Print each entry exactly, all the way through.

═════ INPUT RECORDS

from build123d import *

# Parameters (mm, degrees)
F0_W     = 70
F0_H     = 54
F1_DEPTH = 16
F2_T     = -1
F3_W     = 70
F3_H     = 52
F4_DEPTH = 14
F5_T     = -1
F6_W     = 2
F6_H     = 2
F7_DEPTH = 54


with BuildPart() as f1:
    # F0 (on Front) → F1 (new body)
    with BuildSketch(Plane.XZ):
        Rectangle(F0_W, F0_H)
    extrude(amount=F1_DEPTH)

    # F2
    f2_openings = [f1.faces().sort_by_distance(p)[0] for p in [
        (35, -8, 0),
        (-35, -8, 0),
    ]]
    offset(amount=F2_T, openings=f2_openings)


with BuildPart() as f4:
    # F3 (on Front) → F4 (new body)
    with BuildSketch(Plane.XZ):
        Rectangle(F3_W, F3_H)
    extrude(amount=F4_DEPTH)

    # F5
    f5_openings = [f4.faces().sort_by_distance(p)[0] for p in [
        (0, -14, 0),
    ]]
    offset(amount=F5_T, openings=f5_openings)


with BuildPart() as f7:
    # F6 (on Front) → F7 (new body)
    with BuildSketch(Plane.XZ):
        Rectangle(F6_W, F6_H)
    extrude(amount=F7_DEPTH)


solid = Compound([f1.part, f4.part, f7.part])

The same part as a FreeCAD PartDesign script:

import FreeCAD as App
import Part
import Sketcher
Q = App.Units.Quantity


def faces_at(feature, points):
    """Names of the faces that lie closest to the given points."""
    faces = feature.Shape.Faces
    near = lambda p: min(range(len(faces)), key=lambda i: faces[i].distToShape(Part.Vertex(*p))[0])
    return sorted({f"Face{near(p) + 1}" for p in points})


def add_polygon(sketch, points):
    """Adds a closed chain of lines whose ends are joined by coincident constraints."""
    first, n = sketch.GeometryCount, len(points)
    for a, b in zip(points, points[1:] + points[:1]):
        sketch.addGeometry(Part.LineSegment(App.Vector(*a, 0), App.Vector(*b, 0)), False)
    for i in range(n):
        sketch.addConstraint(Sketcher.Constraint("Coincident", first + i, 2, first + (i + 1) % n, 1))

doc = App.newDocument("Part")
body = doc.addObject("PartDesign::Body", "Body")

# Sketch on XZ plane
sketch1 = doc.addObject("Sketcher::SketchObject", "Sketch")
body.addObject(sketch1)
sketch1.AttachmentSupport = (doc.XZ_Plane, [""])
sketch1.MapMode = "FlatFace"
add_polygon(sketch1, [(-35, 27), (-35, -27), (35, -27), (35, 27)])  # lines 0-3
sketch1.addConstraint(Sketcher.Constraint("Vertical", 0))
sketch1.addConstraint(Sketcher.Constraint("Horizontal", 1))
sketch1.addConstraint(Sketcher.Constraint("Vertical", 2))
sketch1.addConstraint(Sketcher.Constraint("Horizontal", 3))
sketch1.addConstraint(Sketcher.Constraint("Symmetric", 0, 2, 2, 2, -1, 1))
sketch1.addConstraint(Sketcher.Constraint("DistanceX", 1, 1, 1, 2, Q("70 mm")))
sketch1.addConstraint(Sketcher.Constraint("DistanceY", 0, 2, 0, 1, Q("54 mm")))
pad1 = doc.addObject("PartDesign::Pad", "Pad")
body.addObject(pad1)
pad1.Profile = sketch1
pad1.Length = 16
doc.recompute()

thickness = doc.addObject("PartDesign::Thickness", "Thickness")
body.addObject(thickness)
thickness.Base = (pad1, faces_at(pad1, [(35, -8, 0), (-35, -8, 0)]))
thickness.Value = 1
thickness.Reversed = True
thickness.Join = "Arc"
body2 = doc.addObject("PartDesign::Body", "Body001")

# Sketch on XZ plane
sketch2 = doc.addObject("Sketcher::SketchObject", "Sketch001")
body2.addObject(sketch2)
sketch2.AttachmentSupport = (doc.getObject("XZ_Plane001"), [""])
sketch2.MapMode = "FlatFace"
add_polygon(sketch2, [(-35, 26), (-35, -26), (35, -26), (35, 26)])  # lines 0-3
sketch2.addConstraint(Sketcher.Constraint("Vertical", 0))
sketch2.addConstraint(Sketcher.Constraint("Horizontal", 1))
sketch2.addConstraint(Sketcher.Constraint("Vertical", 2))
sketch2.addConstraint(Sketcher.Constraint("Horizontal", 3))
sketch2.addConstraint(Sketcher.Constraint("Symmetric", 0, 2, 2, 2, -1, 1))
sketch2.addConstraint(Sketcher.Constraint("DistanceX", 1, 1, 1, 2, Q("70 mm")))
sketch2.addConstraint(Sketcher.Constraint("DistanceY", 0, 2, 0, 1, Q("52 mm")))
pad2 = doc.addObject("PartDesign::Pad", "Pad001")
body2.addObject(pad2)
pad2.Profile = sketch2
pad2.Length = 14
doc.recompute()

thickness2 = doc.addObject("PartDesign::Thickness", "Thickness001")
body2.addObject(thickness2)
thickness2.Base = (pad2, faces_at(pad2, [(0, -14, 0)]))
thickness2.Value = 1
thickness2.Reversed = True
thickness2.Join = "Arc"
body3 = doc.addObject("PartDesign::Body", "Body002")

# Sketch on XZ plane
sketch3 = doc.addObject("Sketcher::SketchObject", "Sketch002")
body3.addObject(sketch3)
sketch3.AttachmentSupport = (doc.getObject("XZ_Plane002"), [""])
sketch3.MapMode = "FlatFace"
add_polygon(sketch3, [(-1, 1), (-1, -1), (1, -1), (1, 1)])  # lines 0-3
sketch3.addConstraint(Sketcher.Constraint("Vertical", 0))
sketch3.addConstraint(Sketcher.Constraint("Horizontal", 1))
sketch3.addConstraint(Sketcher.Constraint("Vertical", 2))
sketch3.addConstraint(Sketcher.Constraint("Horizontal", 3))
sketch3.addConstraint(Sketcher.Constraint("Symmetric", 0, 2, 2, 2, -1, 1))
sketch3.addConstraint(Sketcher.Constraint("Equal", 3, 0))
sketch3.addConstraint(Sketcher.Constraint("DistanceX", 1, 1, 1, 2, Q("2 mm")))
pad3 = doc.addObject("PartDesign::Pad", "Pad002")
body3.addObject(pad3)
pad3.Profile = sketch3
pad3.Length = 54

doc.recompute()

══════════

▸ **ANSWER TO THIS EXERCISE**
from build123d import *

# Parameters (mm, degrees)
F0_W     = 70
F0_H     = 54
F1_DEPTH = 16
F2_T     = -1
F3_W     = 70
F3_H     = 52
F4_DEPTH = 14
F5_T     = -1
F6_W     = 2
F6_H     = 2
F7_DEPTH = 54


with BuildPart() as f1:
    # F0 (on Front) → F1 (new body)
    with BuildSketch(Plane.XZ):
        Rectangle(F0_W, F0_H)
    extrude(amount=F1_DEPTH)

    # F2
    f2_openings = [f1.faces().sort_by_distance(p)[0] for p in [
        (35, -8, 0),
        (-35, -8, 0),
    ]]
    offset(amount=F2_T, openings=f2_openings)


with BuildPart() as f4:
    # F3 (on Front) → F4 (new body)
    with BuildSketch(Plane.XZ):
        Rectangle(F3_W, F3_H)
    extrude(amount=F4_DEPTH)

    # F5
    f5_openings = [f4.faces().sort_by_distance(p)[0] for p in [
        (0, -14, 0),
    ]]
    offset(amount=F5_T, openings=f5_openings)


with BuildPart() as f7:
    # F6 (on Front) → F7 (new body)
    with BuildSketch(Plane.XZ):
        Rectangle(F6_W, F6_H)
    extrude(amount=F7_DEPTH)


solid = Compound([f1.part, f4.part, f7.part])

The same part as a FreeCAD PartDesign script:

import FreeCAD as App
import Part
import Sketcher
Q = App.Units.Quantity


def faces_at(feature, points):
    """Names of the faces that lie closest to the given points."""
    faces = feature.Shape.Faces
    near = lambda p: min(range(len(faces)), key=lambda i: faces[i].distToShape(Part.Vertex(*p))[0])
    return sorted({f"Face{near(p) + 1}" for p in points})


def add_polygon(sketch, points):
    """Adds a closed chain of lines whose ends are joined by coincident constraints."""
    first, n = sketch.GeometryCount, len(points)
    for a, b in zip(points, points[1:] + points[:1]):
        sketch.addGeometry(Part.LineSegment(App.Vector(*a, 0), App.Vector(*b, 0)), False)
    for i in range(n):
        sketch.addConstraint(Sketcher.Constraint("Coincident", first + i, 2, first + (i + 1) % n, 1))

doc = App.newDocument("Part")
body = doc.addObject("PartDesign::Body", "Body")

# Sketch on XZ plane
sketch1 = doc.addObject("Sketcher::SketchObject", "Sketch")
body.addObject(sketch1)
sketch1.AttachmentSupport = (doc.XZ_Plane, [""])
sketch1.MapMode = "FlatFace"
add_polygon(sketch1, [(-35, 27), (-35, -27), (35, -27), (35, 27)])  # lines 0-3
sketch1.addConstraint(Sketcher.Constraint("Vertical", 0))
sketch1.addConstraint(Sketcher.Constraint("Horizontal", 1))
sketch1.addConstraint(Sketcher.Constraint("Vertical", 2))
sketch1.addConstraint(Sketcher.Constraint("Horizontal", 3))
sketch1.addConstraint(Sketcher.Constraint("Symmetric", 0, 2, 2, 2, -1, 1))
sketch1.addConstraint(Sketcher.Constraint("DistanceX", 1, 1, 1, 2, Q("70 mm")))
sketch1.addConstraint(Sketcher.Constraint("DistanceY", 0, 2, 0, 1, Q("54 mm")))
pad1 = doc.addObject("PartDesign::Pad", "Pad")
body.addObject(pad1)
pad1.Profile = sketch1
pad1.Length = 16
doc.recompute()

thickness = doc.addObject("PartDesign::Thickness", "Thickness")
body.addObject(thickness)
thickness.Base = (pad1, faces_at(pad1, [(35, -8, 0), (-35, -8, 0)]))
thickness.Value = 1
thickness.Reversed = True
thickness.Join = "Arc"
body2 = doc.addObject("PartDesign::Body", "Body001")

# Sketch on XZ plane
sketch2 = doc.addObject("Sketcher::SketchObject", "Sketch001")
body2.addObject(sketch2)
sketch2.AttachmentSupport = (doc.getObject("XZ_Plane001"), [""])
sketch2.MapMode = "FlatFace"
add_polygon(sketch2, [(-35, 26), (-35, -26), (35, -26), (35, 26)])  # lines 0-3
sketch2.addConstraint(Sketcher.Constraint("Vertical", 0))
sketch2.addConstraint(Sketcher.Constraint("Horizontal", 1))
sketch2.addConstraint(Sketcher.Constraint("Vertical", 2))
sketch2.addConstraint(Sketcher.Constraint("Horizontal", 3))
sketch2.addConstraint(Sketcher.Constraint("Symmetric", 0, 2, 2, 2, -1, 1))
sketch2.addConstraint(Sketcher.Constraint("DistanceX", 1, 1, 1, 2, Q("70 mm")))
sketch2.addConstraint(Sketcher.Constraint("DistanceY", 0, 2, 0, 1, Q("52 mm")))
pad2 = doc.addObject("PartDesign::Pad", "Pad001")
body2.addObject(pad2)
pad2.Profile = sketch2
pad2.Length = 14
doc.recompute()

thickness2 = doc.addObject("PartDesign::Thickness", "Thickness001")
body2.addObject(thickness2)
thickness2.Base = (pad2, faces_at(pad2, [(0, -14, 0)]))
thickness2.Value = 1
thickness2.Reversed = True
thickness2.Join = "Arc"
body3 = doc.addObject("PartDesign::Body", "Body002")

# Sketch on XZ plane
sketch3 = doc.addObject("Sketcher::SketchObject", "Sketch002")
body3.addObject(sketch3)
sketch3.AttachmentSupport = (doc.getObject("XZ_Plane002"), [""])
sketch3.MapMode = "FlatFace"
add_polygon(sketch3, [(-1, 1), (-1, -1), (1, -1), (1, 1)])  # lines 0-3
sketch3.addConstraint(Sketcher.Constraint("Vertical", 0))
sketch3.addConstraint(Sketcher.Constraint("Horizontal", 1))
sketch3.addConstraint(Sketcher.Constraint("Vertical", 2))
sketch3.addConstraint(Sketcher.Constraint("Horizontal", 3))
sketch3.addConstraint(Sketcher.Constraint("Symmetric", 0, 2, 2, 2, -1, 1))
sketch3.addConstraint(Sketcher.Constraint("Equal", 3, 0))
sketch3.addConstraint(Sketcher.Constraint("DistanceX", 1, 1, 1, 2, Q("2 mm")))
pad3 = doc.addObject("PartDesign::Pad", "Pad002")
body3.addObject(pad3)
pad3.Profile = sketch3
pad3.Length = 54

doc.recompute()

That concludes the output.